Lovastatin (OATP2B1 substrate): No clinically relevant effect on lovastatin pharmacokinetics following concomitant administration with maralixibat 4.75 mg once daily

Simvastatin (OATP2B1 substrate): No clinically relevant effect on simvastatin pharmacokinetics following concomitant administration with maralixibat 4.75 mg once daily

Consider monitoring effects of OATP2B1 substrate as needed

Maralixibat Pharmacokinetics

Absorption

Bioavailability

Median time to peak plasma concentration was 0.75 hours following oral administration.

Systemic exposure is minimal. Following oral administration, plasma concentrations are below the limit of quantification in pediatric patients with Alagille syndrome and healthy adults.

Systemic exposure increases in a dose-dependent manner over an oral dose range of 30–100 mg.

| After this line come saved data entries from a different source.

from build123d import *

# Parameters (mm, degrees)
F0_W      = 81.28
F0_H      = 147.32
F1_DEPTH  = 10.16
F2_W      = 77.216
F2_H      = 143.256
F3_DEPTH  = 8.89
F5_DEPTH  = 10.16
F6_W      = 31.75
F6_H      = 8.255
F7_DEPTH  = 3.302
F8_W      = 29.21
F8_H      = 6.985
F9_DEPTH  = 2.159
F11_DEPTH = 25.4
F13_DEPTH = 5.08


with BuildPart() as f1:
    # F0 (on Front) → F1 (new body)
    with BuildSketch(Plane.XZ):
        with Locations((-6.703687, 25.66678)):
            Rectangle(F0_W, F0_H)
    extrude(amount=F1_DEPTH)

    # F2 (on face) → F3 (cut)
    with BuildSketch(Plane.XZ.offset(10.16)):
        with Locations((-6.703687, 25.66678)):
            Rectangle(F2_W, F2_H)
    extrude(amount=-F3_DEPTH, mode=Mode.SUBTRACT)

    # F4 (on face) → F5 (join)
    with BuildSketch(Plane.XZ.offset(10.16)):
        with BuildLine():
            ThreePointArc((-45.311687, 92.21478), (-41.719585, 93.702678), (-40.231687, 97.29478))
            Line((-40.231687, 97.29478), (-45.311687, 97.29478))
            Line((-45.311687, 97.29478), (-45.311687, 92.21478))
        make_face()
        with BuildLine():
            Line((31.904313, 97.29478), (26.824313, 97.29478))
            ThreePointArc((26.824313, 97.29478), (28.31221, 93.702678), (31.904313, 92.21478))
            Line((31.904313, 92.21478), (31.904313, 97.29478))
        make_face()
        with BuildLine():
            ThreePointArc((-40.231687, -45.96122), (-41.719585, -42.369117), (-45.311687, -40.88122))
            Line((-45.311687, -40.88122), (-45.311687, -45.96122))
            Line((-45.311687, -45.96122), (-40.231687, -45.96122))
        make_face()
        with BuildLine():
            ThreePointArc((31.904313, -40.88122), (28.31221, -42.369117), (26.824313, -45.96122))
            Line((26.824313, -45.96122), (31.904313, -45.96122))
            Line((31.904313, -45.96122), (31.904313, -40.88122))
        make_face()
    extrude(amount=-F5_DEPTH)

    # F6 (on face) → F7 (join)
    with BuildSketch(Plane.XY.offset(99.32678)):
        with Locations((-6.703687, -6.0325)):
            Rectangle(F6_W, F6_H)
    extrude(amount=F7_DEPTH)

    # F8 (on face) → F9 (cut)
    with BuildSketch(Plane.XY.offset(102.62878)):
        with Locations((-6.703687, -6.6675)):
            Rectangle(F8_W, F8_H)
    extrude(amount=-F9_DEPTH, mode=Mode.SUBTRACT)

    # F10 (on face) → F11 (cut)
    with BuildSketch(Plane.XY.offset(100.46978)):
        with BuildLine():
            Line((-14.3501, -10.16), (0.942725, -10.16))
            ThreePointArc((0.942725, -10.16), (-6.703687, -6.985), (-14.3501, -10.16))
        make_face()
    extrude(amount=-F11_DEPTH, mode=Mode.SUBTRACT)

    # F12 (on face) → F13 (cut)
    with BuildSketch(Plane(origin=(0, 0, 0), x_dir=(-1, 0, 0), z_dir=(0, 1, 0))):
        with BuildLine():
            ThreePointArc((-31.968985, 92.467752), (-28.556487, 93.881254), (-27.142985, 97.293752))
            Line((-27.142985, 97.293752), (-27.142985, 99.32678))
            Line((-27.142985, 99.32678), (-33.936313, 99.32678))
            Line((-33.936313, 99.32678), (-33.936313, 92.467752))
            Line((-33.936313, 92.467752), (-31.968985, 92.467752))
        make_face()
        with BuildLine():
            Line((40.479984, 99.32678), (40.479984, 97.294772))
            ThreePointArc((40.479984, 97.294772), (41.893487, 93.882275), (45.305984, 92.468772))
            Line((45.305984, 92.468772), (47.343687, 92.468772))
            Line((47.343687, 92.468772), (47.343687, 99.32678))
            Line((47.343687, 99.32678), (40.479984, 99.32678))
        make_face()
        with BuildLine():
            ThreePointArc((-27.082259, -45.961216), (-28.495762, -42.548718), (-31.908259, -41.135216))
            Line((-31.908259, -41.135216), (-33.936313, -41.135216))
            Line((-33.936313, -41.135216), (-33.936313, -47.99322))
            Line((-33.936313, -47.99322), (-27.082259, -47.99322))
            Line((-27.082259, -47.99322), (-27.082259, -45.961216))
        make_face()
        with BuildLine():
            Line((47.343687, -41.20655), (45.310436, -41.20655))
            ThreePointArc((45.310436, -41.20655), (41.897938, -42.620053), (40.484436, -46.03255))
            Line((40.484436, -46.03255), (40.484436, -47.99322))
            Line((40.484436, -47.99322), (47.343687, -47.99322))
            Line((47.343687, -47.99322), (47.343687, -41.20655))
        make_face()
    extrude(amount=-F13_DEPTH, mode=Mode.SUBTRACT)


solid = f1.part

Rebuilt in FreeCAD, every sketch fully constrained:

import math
import FreeCAD as App
import Part
import Sketcher
from FreeCAD import Vector
Q = App.Units.Quantity

doc = App.newDocument("Part")
body = doc.addObject("PartDesign::Body", "Body")

# Sketch on XZ plane
sketch1 = body.newObject("Sketcher::SketchObject", "Sketch")
sketch1.AttachmentSupport = (doc.getObject("XZ_Plane"), [""])
sketch1.MapMode = "FlatFace"
sketch1.addGeometry([
    Part.LineSegment(Vector(-47, 99, 0), Vector(-47, -48, 0)),
    Part.LineSegment(Vector(-47, -48, 0), Vector(34, -48, 0)),
    Part.LineSegment(Vector(34, -48, 0), Vector(34, 99, 0)),
    Part.LineSegment(Vector(34, 99, 0), Vector(-47, 99, 0)),
], False)
sketch1.addConstraint([
    Sketcher.Constraint("Coincident", 0, 2, 1, 1),
    Sketcher.Constraint("Coincident", 1, 2, 2, 1),
    Sketcher.Constraint("Coincident", 2, 2, 3, 1),
    Sketcher.Constraint("Coincident", 3, 2, 0, 1),
    Sketcher.Constraint("Vertical", 0),
    Sketcher.Constraint("Horizontal", 1),
    Sketcher.Constraint("Vertical", 2),
    Sketcher.Constraint("Horizontal", 3),
    Sketcher.Constraint("DistanceX", 1, 1, 1, 2, Q("3.2 in")),
    Sketcher.Constraint("DistanceY", 0, 2, 0, 1, Q("5.8 in")),
    Sketcher.Constraint("DistanceY", 0, 2, -1, 1, Q("47.99322 mm")),
    Sketcher.Constraint("DistanceX", 0, 2, -1, 1, Q("47.343687 mm")),
])
pad1 = body.newObject("PartDesign::Pad", "Pad")
pad1.Profile = sketch1
pad1.Length = Q("0.4 in")

# Sketch on XZ plane
sketch2 = body.newObject("Sketcher::SketchObject", "Sketch001")
sketch2.AttachmentSupport = (doc.getObject("XZ_Plane"), [""])
sketch2.MapMode = "FlatFace"
sketch2.AttachmentOffset = App.Placement(Vector(0, 0, 0.4 * 25.4), App.Rotation())
sketch2.addGeometry([
    Part.LineSegment(Vector(-45, 97, 0), Vector(-45, -46, 0)),
    Part.LineSegment(Vector(-45, -46, 0), Vector(32, -46, 0)),
    Part.LineSegment(Vector(32, -46, 0), Vector(32, 97, 0)),
    Part.LineSegment(Vector(32, 97, 0), Vector(-45, 97, 0)),
], False)
sketch2.addConstraint([
    Sketcher.Constraint("Coincident", 0, 2, 1, 1),
    Sketcher.Constraint("Coincident", 1, 2, 2, 1),
    Sketcher.Constraint("Coincident", 2, 2, 3, 1),
    Sketcher.Constraint("Coincident", 3, 2, 0, 1),
    Sketcher.Constraint("Vertical", 0),
    Sketcher.Constraint("Horizontal", 1),
    Sketcher.Constraint("Vertical", 2),
    Sketcher.Constraint("Horizontal", 3),
    Sketcher.Constraint("DistanceX", 1, 1, 1, 2, Q("3.04 in")),
    Sketcher.Constraint("DistanceY", 0, 2, 0, 1, Q("5.64 in")),
    Sketcher.Constraint("DistanceY", 0, 2, -1, 1, Q("45.96122 mm")),
    Sketcher.Constraint("DistanceX", 0, 2, -1, 1, Q("45.311687 mm")),
])
pocket1 = body.newObject("PartDesign::Pocket", "Pocket")
pocket1.Profile = sketch2
pocket1.Length = Q("0.35 in")

# Sketch on XZ plane
sketch3 = body.newObject("Sketcher::SketchObject", "Sketch002")
sketch3.AttachmentSupport = (doc.getObject("XZ_Plane"), [""])
sketch3.MapMode = "FlatFace"
sketch3.AttachmentOffset = App.Placement(Vector(0, 0, 0.4 * 25.4), App.Rotation())
sketch3.addGeometry([
    Part.ArcOfCircle(Part.Circle(Vector(-45, 97, 0), Vector(0, 0, 1), 5), math.radians(-90), math.radians(0)),  # 0
    Part.LineSegment(Vector(-40, 97, 0), Vector(-45, 97, 0)),  # 1
    Part.LineSegment(Vector(-45, 97, 0), Vector(-45, 92, 0)),  # 2
    Part.LineSegment(Vector(32, 97, 0), Vector(27, 97, 0)),  # 3
    Part.ArcOfCircle(Part.Circle(Vector(32, 97, 0), Vector(0, 0, 1), 5), math.radians(180), math.radians(270)),  # 4
    Part.LineSegment(Vector(32, 92, 0), Vector(32, 97, 0)),  # 5
    Part.ArcOfCircle(Part.Circle(Vector(-45, -46, 0), Vector(0, 0, 1), 5), math.radians(0), math.radians(90)),  # 6
    Part.LineSegment(Vector(-45, -41, 0), Vector(-45, -46, 0)),  # 7
    Part.LineSegment(Vector(-45, -46, 0), Vector(-40, -46, 0)),  # 8
    Part.ArcOfCircle(Part.Circle(Vector(32, -46, 0), Vector(0, 0, 1), 5), math.radians(90), math.radians(180)),  # 9
    Part.LineSegment(Vector(27, -46, 0), Vector(32, -46, 0)),  # 10
    Part.LineSegment(Vector(32, -46, 0), Vector(32, -41, 0)),  # 11
], False)
sketch3.addConstraint([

No accumulation observed following repeated oral administration of up to 100 mg daily in healthy adults.

Food

High-fat meal decreased total exposure and peak plasma concentrations by 64.8% and 85.8%, respectively, compared with administration in the fasting state.

Distribution

Extent

Not known whether distributed into human milk; however, drug is minimally absorbed following oral administration.

Plasma Protein Binding

91%.

Elimination

Metabolism

No metabolites detected in plasma. Three minor metabolites detected in feces following oral administration.

Elimination Route

Eliminated in feces (73%; 94% as unchanged drug) and urine (0.066%).

Half-life

1.6 hours in healthy adults.

Stability

Storage

Oral

Solution

Store at 20–25°C (excursions permitted between 15–30°C). Discard any remaining maralixibat solution 45 days after first opening of the bottle.

Actions

Reversible inhibitor of the ileal bile acid transporter (IBAT).
Decreases reabsorption of bile acids (primarily the salt forms) from terminal ileum.
Mechanism of action in patients with pruritus associated with Alagille syndrome not fully elucidated, but may involve inhibition of IBAT.
Inhibition of IBAT decreases reuptake of bile salts.

Advice to Patients

Abdominal pain, vomiting, nausea, diarrhea, and dehydration have been reported with the use of maralixibat. Advise patients to contact their healthcare provider if they experience new onset or worsening of these GI adverse events.
Elevations in liver tests (e.g., AST, ALT, total bilirubin) have been observed with use of maralixibat. Advise patients that their healthcare provider will obtain liver tests before starting the drug and periodically during treatment. Advise patients to report any symptoms of liver problems (e.g., nausea, vomiting, skin or the whites of eyes turning yellow, dark or brown urine, pain on the right side of the abdomen, loss of appetite).
Maralixibat may impair absorption of fat-soluble vitamins. Such deficiencies, which include vitamins A, D, E and K, have been reported in some patients during treatment with the drug. Advise patients that their healthcare provider will obtain serum levels of vitamins A, D, E, and INR (for vitamin K) before starting and periodically during treatment to assess for worsening of vitamin deficiency.
Take maralixibat approximately 30 minutes before the first meal of the day using a calibrated measuring device (0.5 mL, 1 mL or 3 mL oral dispenser) provided by the pharmacist to measure and deliver the prescribed dose accurately.
Discard any remaining drug 45 days after first opening of bottle.
Patients taking bile acid binding resins should take maralixibat at least 4 hours before or 4 hours after the bile acid binding resin.
Advise patients to inform their clinician of existing or contemplated concomitant therapy, including prescription and OTC drugs, as well as any concomitant illnesses.
Advise women to inform their clinician if they are or plan to become pregnant or plan to breast-feed.
Inform patients of other important precautionary information. (See Cautions.)

Preparations

Excipients in commercially available drug preparations may have clinically important effects in some individuals; consult specific product labeling for details.

Please refer to the ASHP Drug Shortages Resource Center for information on shortages of one or more of these preparations.

Maralixibat can only be obtained through a designated specialty pharmacy. Contact the manufacturer or consult the Livmarli website for specific availability information.